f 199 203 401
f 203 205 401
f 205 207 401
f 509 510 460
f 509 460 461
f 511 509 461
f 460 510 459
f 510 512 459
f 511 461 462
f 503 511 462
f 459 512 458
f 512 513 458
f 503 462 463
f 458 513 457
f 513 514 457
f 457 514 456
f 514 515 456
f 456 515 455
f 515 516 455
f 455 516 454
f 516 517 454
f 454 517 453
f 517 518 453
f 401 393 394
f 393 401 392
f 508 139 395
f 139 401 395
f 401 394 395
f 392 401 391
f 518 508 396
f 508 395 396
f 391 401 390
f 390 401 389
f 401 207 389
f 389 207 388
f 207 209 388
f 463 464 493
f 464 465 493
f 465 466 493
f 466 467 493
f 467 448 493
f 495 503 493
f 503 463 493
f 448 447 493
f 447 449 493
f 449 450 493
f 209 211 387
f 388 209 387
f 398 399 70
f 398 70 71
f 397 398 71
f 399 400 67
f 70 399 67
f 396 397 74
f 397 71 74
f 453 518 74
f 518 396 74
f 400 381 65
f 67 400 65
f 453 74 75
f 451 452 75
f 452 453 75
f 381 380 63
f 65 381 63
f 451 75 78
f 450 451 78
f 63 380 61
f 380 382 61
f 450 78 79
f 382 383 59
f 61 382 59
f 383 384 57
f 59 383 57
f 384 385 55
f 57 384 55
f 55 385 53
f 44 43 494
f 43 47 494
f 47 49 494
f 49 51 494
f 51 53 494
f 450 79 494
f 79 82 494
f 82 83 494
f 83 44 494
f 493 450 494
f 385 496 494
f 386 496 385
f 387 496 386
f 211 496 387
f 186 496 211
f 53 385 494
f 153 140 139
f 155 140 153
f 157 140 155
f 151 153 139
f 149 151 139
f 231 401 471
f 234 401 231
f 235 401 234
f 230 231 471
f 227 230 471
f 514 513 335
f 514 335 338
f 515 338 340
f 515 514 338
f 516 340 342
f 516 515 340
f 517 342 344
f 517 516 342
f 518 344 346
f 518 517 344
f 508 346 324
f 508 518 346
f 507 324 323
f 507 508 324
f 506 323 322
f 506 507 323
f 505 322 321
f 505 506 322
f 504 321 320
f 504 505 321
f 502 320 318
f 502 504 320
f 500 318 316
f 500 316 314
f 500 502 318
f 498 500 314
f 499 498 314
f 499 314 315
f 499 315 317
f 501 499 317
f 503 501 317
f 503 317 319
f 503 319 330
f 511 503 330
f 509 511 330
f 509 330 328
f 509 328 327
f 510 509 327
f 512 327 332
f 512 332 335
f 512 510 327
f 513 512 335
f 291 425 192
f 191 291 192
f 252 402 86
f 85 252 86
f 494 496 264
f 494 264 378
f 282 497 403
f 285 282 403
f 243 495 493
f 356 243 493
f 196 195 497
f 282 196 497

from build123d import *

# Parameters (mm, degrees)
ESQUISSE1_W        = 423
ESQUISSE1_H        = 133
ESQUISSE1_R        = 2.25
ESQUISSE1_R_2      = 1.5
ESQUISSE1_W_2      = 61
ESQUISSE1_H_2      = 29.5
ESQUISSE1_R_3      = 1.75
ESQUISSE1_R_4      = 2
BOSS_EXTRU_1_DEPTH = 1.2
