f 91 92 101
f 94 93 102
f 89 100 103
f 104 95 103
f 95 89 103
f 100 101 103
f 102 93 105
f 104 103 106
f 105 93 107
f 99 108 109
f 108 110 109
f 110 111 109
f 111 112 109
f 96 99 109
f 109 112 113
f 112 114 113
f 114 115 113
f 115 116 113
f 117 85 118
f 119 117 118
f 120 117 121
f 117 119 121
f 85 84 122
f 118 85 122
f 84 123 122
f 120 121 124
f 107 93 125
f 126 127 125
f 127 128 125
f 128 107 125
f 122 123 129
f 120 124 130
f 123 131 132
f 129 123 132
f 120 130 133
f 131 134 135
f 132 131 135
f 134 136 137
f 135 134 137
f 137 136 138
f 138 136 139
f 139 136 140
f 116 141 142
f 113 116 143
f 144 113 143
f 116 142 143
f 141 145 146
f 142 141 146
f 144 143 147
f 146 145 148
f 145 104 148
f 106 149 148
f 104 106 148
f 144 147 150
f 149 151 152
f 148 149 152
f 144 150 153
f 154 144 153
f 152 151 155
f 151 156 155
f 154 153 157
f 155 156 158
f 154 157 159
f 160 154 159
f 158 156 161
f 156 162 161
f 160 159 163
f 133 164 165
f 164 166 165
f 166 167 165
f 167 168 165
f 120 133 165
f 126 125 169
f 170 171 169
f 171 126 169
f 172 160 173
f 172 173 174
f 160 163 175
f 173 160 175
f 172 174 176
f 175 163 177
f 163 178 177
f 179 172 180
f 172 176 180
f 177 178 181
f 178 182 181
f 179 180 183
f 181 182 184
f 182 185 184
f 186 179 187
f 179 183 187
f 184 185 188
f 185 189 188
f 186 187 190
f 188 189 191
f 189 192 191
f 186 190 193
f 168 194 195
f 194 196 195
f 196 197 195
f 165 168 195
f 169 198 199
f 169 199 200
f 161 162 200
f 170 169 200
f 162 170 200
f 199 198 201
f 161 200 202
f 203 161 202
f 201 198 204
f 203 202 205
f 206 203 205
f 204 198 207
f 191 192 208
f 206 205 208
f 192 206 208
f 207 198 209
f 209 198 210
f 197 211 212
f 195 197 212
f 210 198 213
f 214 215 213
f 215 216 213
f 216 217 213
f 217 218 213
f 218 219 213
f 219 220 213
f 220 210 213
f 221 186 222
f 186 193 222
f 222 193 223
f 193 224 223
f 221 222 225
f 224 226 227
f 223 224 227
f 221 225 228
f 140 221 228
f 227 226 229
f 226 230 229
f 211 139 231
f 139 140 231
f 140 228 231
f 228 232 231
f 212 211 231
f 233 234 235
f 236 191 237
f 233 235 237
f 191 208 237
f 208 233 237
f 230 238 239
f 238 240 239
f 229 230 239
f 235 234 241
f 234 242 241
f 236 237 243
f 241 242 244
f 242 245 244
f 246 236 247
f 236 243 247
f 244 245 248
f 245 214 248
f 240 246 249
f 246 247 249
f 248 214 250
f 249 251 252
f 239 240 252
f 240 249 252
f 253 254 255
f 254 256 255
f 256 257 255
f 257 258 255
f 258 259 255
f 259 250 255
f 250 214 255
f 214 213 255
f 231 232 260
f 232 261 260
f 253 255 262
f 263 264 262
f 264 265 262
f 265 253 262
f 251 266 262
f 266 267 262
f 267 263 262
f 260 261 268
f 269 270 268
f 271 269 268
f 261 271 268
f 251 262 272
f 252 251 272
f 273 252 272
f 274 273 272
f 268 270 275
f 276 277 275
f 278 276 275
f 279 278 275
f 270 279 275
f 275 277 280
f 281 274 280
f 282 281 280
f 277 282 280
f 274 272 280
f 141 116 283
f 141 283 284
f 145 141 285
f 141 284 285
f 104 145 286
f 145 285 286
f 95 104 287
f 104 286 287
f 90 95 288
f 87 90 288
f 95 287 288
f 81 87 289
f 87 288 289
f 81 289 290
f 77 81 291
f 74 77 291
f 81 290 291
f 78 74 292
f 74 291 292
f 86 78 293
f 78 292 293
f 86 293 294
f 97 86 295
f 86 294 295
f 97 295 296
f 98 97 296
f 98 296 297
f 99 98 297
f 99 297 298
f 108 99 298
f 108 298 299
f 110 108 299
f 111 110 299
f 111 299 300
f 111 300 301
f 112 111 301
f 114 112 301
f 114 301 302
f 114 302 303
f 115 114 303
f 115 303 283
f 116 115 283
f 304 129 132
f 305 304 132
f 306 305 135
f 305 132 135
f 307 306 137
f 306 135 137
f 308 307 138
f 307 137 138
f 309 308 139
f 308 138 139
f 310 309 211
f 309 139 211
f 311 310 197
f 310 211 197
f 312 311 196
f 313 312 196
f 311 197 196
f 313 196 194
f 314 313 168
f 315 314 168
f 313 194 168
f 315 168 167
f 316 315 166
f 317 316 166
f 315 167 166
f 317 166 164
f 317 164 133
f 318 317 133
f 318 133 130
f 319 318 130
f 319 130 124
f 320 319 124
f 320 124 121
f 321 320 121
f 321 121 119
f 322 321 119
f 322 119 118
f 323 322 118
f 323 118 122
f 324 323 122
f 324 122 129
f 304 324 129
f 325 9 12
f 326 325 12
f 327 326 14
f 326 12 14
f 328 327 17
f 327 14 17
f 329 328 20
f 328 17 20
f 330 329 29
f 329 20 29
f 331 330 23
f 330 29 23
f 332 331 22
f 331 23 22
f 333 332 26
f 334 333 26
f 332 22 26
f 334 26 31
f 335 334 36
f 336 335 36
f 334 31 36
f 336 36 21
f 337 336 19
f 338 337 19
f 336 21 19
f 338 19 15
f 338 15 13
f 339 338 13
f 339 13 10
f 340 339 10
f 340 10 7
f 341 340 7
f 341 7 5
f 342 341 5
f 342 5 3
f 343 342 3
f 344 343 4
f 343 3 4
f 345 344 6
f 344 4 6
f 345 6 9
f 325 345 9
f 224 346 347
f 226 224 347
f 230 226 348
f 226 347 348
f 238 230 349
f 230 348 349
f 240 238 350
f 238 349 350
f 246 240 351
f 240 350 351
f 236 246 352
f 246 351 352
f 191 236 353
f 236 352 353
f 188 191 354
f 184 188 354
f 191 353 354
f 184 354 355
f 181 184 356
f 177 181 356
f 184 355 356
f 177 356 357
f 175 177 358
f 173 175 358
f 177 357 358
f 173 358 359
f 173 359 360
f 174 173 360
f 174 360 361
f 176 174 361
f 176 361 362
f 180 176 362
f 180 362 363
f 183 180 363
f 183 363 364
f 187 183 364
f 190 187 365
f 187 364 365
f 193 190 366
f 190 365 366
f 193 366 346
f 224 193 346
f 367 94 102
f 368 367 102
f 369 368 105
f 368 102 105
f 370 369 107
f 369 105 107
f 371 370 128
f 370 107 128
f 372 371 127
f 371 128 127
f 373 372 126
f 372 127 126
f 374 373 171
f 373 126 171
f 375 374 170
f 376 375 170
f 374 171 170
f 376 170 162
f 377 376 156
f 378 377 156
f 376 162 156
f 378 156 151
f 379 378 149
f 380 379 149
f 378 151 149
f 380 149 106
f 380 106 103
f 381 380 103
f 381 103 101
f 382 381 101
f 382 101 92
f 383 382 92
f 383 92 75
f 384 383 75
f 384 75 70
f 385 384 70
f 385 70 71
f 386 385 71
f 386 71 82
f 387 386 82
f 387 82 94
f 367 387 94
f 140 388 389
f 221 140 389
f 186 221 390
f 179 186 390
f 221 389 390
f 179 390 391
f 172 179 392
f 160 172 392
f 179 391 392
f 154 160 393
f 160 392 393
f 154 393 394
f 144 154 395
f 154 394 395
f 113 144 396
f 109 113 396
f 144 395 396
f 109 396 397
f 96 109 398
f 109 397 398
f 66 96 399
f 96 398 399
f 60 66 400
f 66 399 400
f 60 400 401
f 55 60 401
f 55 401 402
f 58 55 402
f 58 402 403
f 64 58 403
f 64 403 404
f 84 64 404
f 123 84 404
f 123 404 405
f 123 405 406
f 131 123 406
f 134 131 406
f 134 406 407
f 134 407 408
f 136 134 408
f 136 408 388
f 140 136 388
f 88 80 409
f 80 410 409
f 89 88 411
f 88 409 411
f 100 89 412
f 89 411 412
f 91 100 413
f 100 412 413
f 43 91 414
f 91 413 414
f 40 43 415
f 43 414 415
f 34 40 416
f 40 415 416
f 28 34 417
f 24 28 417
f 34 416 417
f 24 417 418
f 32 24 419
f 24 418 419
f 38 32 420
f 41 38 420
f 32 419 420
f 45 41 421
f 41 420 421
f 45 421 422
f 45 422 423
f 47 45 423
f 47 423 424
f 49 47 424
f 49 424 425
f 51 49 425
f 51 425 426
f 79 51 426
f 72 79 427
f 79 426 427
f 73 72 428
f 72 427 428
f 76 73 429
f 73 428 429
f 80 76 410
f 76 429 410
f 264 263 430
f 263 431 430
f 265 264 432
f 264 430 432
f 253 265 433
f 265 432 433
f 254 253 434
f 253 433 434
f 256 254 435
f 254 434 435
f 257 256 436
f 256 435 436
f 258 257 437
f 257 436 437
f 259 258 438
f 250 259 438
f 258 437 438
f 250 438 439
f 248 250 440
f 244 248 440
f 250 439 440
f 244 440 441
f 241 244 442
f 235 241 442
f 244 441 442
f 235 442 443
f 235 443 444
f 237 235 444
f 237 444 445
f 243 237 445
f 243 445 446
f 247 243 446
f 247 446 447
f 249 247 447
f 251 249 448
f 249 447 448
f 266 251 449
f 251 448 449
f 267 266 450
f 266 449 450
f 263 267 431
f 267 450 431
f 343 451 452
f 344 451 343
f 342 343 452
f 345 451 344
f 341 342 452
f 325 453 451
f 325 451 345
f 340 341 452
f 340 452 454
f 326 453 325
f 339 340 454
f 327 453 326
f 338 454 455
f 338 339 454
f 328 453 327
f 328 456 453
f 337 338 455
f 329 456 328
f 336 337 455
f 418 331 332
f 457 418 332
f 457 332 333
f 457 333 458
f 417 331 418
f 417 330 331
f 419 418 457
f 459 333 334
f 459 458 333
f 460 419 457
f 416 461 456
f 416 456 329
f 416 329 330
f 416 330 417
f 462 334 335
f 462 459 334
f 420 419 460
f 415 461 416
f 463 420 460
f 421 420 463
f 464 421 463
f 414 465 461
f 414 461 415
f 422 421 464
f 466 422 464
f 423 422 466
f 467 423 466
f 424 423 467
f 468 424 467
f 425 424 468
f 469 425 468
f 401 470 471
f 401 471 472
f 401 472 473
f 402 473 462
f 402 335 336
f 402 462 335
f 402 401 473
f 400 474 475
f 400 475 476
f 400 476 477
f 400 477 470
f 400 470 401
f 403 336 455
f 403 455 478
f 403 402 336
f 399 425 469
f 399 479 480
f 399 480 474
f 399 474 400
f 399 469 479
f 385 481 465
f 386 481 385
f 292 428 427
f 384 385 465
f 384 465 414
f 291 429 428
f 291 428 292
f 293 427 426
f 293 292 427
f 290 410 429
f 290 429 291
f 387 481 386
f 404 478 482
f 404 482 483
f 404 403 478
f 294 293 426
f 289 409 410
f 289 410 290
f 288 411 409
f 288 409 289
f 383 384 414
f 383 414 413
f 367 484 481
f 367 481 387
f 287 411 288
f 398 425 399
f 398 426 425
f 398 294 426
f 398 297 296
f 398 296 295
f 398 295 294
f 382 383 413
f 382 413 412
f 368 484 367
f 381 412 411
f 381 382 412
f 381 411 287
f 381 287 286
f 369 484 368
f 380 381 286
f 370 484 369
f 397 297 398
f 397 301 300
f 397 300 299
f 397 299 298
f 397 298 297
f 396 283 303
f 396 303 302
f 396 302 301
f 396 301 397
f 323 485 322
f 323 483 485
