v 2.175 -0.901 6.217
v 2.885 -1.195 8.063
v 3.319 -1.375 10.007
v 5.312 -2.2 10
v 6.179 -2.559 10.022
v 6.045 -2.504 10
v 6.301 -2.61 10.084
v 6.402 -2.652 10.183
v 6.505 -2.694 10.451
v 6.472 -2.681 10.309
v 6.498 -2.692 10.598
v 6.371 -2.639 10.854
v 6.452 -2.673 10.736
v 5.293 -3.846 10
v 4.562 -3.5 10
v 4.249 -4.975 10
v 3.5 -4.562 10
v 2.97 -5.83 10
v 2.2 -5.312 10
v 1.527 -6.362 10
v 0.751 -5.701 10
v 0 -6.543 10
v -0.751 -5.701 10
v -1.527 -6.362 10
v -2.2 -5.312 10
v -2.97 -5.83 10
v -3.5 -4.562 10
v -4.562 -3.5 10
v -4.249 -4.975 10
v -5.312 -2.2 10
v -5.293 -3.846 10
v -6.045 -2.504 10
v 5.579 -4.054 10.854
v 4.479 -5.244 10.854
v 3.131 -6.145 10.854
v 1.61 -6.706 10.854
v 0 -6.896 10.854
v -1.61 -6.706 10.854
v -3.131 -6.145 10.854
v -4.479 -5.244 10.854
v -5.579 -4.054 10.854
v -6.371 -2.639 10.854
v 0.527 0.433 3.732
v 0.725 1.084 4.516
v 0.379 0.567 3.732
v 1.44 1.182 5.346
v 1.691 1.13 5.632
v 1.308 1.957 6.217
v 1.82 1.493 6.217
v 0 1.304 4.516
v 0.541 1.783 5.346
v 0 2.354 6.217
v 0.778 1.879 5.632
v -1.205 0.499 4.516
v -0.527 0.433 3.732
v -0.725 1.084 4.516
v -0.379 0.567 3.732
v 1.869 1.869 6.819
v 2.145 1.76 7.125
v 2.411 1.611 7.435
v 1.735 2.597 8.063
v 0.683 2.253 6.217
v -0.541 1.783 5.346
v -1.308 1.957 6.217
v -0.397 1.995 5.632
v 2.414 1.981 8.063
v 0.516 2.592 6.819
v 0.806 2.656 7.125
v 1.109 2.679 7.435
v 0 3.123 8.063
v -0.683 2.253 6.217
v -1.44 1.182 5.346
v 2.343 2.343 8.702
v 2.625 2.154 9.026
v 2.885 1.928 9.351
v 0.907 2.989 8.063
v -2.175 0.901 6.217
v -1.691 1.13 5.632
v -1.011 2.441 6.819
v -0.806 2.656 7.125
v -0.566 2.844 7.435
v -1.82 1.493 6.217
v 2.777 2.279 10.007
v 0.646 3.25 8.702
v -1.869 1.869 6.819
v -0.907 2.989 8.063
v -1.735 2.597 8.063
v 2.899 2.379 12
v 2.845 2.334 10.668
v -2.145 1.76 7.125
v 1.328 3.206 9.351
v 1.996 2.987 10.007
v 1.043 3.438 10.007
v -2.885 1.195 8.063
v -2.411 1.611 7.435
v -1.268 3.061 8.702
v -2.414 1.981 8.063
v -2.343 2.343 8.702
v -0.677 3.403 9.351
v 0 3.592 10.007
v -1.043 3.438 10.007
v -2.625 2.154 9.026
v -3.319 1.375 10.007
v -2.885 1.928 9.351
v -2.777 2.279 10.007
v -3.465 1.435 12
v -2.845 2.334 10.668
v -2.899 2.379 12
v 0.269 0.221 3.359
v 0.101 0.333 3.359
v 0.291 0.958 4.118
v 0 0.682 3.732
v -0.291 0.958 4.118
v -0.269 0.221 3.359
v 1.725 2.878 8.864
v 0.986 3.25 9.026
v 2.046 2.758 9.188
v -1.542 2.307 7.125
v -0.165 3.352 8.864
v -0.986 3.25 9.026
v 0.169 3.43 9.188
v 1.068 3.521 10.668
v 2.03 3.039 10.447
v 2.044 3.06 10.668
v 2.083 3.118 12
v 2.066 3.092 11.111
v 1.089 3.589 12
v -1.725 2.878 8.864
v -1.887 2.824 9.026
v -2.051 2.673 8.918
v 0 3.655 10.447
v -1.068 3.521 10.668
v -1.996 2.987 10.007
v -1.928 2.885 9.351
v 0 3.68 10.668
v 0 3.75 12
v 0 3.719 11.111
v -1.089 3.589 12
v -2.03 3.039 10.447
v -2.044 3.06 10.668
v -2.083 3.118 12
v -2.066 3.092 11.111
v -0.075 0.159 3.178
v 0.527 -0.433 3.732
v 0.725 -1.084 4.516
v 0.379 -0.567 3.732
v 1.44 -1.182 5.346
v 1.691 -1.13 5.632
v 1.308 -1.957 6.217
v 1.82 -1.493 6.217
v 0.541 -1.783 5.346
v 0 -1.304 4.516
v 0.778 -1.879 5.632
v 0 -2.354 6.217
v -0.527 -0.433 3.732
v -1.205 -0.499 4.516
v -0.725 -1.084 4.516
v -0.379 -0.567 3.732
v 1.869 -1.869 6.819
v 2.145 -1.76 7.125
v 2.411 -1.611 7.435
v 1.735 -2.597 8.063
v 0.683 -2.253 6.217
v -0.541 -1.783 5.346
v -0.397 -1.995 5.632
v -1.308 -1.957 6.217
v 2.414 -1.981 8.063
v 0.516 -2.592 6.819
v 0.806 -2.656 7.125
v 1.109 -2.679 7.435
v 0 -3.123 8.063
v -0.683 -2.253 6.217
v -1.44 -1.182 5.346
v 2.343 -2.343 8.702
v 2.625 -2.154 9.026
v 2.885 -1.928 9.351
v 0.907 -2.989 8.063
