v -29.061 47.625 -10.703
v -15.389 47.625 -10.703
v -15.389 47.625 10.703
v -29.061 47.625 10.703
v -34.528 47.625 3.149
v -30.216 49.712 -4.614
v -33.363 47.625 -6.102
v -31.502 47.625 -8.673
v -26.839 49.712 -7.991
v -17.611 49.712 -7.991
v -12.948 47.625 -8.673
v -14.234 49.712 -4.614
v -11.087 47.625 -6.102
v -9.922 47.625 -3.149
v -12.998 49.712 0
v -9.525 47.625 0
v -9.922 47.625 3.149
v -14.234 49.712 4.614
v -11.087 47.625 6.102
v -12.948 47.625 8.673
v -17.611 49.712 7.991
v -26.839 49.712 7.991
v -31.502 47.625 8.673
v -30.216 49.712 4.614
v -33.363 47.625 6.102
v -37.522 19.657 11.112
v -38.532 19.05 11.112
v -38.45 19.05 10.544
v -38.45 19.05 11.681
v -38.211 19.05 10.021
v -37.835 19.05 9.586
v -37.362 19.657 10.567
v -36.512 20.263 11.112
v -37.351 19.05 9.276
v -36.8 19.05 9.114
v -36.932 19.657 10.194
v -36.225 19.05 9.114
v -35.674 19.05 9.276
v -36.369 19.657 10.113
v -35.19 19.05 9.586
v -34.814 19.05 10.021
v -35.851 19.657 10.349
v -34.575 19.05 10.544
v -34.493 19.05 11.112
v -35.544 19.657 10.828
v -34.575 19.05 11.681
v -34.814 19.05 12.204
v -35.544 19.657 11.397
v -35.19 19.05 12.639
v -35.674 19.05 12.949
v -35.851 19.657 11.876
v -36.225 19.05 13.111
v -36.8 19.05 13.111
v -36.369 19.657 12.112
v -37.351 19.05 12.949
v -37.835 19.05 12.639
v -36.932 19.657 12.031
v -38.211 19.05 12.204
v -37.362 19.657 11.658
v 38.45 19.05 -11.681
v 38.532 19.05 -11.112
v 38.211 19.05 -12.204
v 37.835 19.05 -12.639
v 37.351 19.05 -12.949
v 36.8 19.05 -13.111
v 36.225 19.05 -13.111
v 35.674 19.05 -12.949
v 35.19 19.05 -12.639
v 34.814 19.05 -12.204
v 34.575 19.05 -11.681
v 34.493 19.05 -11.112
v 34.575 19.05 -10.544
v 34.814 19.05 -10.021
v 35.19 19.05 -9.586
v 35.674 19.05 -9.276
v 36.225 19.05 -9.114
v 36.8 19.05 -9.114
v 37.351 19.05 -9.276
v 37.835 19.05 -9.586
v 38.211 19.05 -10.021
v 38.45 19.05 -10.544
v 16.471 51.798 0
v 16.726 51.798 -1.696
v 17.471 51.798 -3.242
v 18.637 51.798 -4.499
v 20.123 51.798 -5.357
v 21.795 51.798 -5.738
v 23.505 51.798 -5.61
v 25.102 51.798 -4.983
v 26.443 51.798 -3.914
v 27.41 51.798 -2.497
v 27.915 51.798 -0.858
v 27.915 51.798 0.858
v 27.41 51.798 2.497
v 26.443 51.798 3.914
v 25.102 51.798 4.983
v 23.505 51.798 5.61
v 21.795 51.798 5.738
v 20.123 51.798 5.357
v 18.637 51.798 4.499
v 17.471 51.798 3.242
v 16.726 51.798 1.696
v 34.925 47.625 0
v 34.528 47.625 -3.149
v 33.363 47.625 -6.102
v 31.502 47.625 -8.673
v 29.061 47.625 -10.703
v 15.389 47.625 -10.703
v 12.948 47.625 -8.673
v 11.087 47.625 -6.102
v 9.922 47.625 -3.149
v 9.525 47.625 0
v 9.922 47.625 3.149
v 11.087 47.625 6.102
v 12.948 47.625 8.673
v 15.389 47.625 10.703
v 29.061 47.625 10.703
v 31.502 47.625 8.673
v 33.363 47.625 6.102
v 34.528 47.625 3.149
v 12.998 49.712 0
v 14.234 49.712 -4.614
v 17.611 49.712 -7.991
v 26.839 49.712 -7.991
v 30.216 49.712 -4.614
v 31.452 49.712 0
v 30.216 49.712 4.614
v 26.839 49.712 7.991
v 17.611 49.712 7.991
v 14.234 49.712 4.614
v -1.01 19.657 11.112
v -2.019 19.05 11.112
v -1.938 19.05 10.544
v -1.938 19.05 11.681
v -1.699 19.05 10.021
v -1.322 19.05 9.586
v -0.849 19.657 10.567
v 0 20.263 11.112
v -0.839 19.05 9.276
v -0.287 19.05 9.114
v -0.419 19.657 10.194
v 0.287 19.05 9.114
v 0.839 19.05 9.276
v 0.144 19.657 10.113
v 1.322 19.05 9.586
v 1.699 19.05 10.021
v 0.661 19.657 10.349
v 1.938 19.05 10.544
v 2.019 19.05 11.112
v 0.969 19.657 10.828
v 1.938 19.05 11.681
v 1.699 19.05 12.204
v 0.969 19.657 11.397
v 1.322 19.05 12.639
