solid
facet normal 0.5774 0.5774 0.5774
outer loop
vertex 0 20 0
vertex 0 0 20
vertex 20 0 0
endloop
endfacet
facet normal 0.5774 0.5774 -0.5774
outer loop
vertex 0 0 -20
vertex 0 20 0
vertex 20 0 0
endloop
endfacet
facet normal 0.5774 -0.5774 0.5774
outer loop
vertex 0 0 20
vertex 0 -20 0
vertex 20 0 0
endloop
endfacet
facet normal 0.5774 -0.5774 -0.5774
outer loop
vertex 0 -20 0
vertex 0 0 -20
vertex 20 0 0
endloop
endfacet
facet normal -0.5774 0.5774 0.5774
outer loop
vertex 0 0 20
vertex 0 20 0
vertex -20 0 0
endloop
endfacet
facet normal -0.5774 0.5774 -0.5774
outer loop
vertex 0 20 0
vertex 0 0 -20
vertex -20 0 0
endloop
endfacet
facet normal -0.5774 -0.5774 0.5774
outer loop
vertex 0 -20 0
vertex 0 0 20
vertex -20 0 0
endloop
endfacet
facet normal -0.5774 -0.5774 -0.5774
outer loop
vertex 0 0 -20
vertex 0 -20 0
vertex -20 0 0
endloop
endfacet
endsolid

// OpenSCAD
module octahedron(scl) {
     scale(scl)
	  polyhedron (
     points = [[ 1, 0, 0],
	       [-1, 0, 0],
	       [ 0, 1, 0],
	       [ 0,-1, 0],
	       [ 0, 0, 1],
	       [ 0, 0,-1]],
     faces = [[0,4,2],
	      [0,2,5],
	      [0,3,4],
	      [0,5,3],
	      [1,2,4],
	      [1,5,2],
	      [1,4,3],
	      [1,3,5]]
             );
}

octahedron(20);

++++++++

▸ Assigned task
Return the entries above unchanged, starting at the first line and stopping after the line with "f 398 399 70".

▸ Answer section
f 199 203 401
f 203 205 401
f 205 207 401
f 509 510 460
f 509 460 461
f 511 509 461
f 460 510 459
f 510 512 459
f 511 461 462
f 503 511 462
f 459 512 458
f 512 513 458
f 503 462 463
f 458 513 457
f 513 514 457
f 457 514 456
f 514 515 456
f 456 515 455
f 515 516 455
f 455 516 454
f 516 517 454
f 454 517 453
f 517 518 453
f 401 393 394
f 393 401 392
f 508 139 395
f 139 401 395
f 401 394 395
f 392 401 391
f 518 508 396
f 508 395 396
f 391 401 390
f 390 401 389
f 401 207 389
f 389 207 388
f 207 209 388
f 463 464 493
f 464 465 493
f 465 466 493
f 466 467 493
f 467 448 493
f 495 503 493
f 503 463 493
f 448 447 493
f 447 449 493
f 449 450 493
f 209 211 387
f 388 209 387
f 398 399 70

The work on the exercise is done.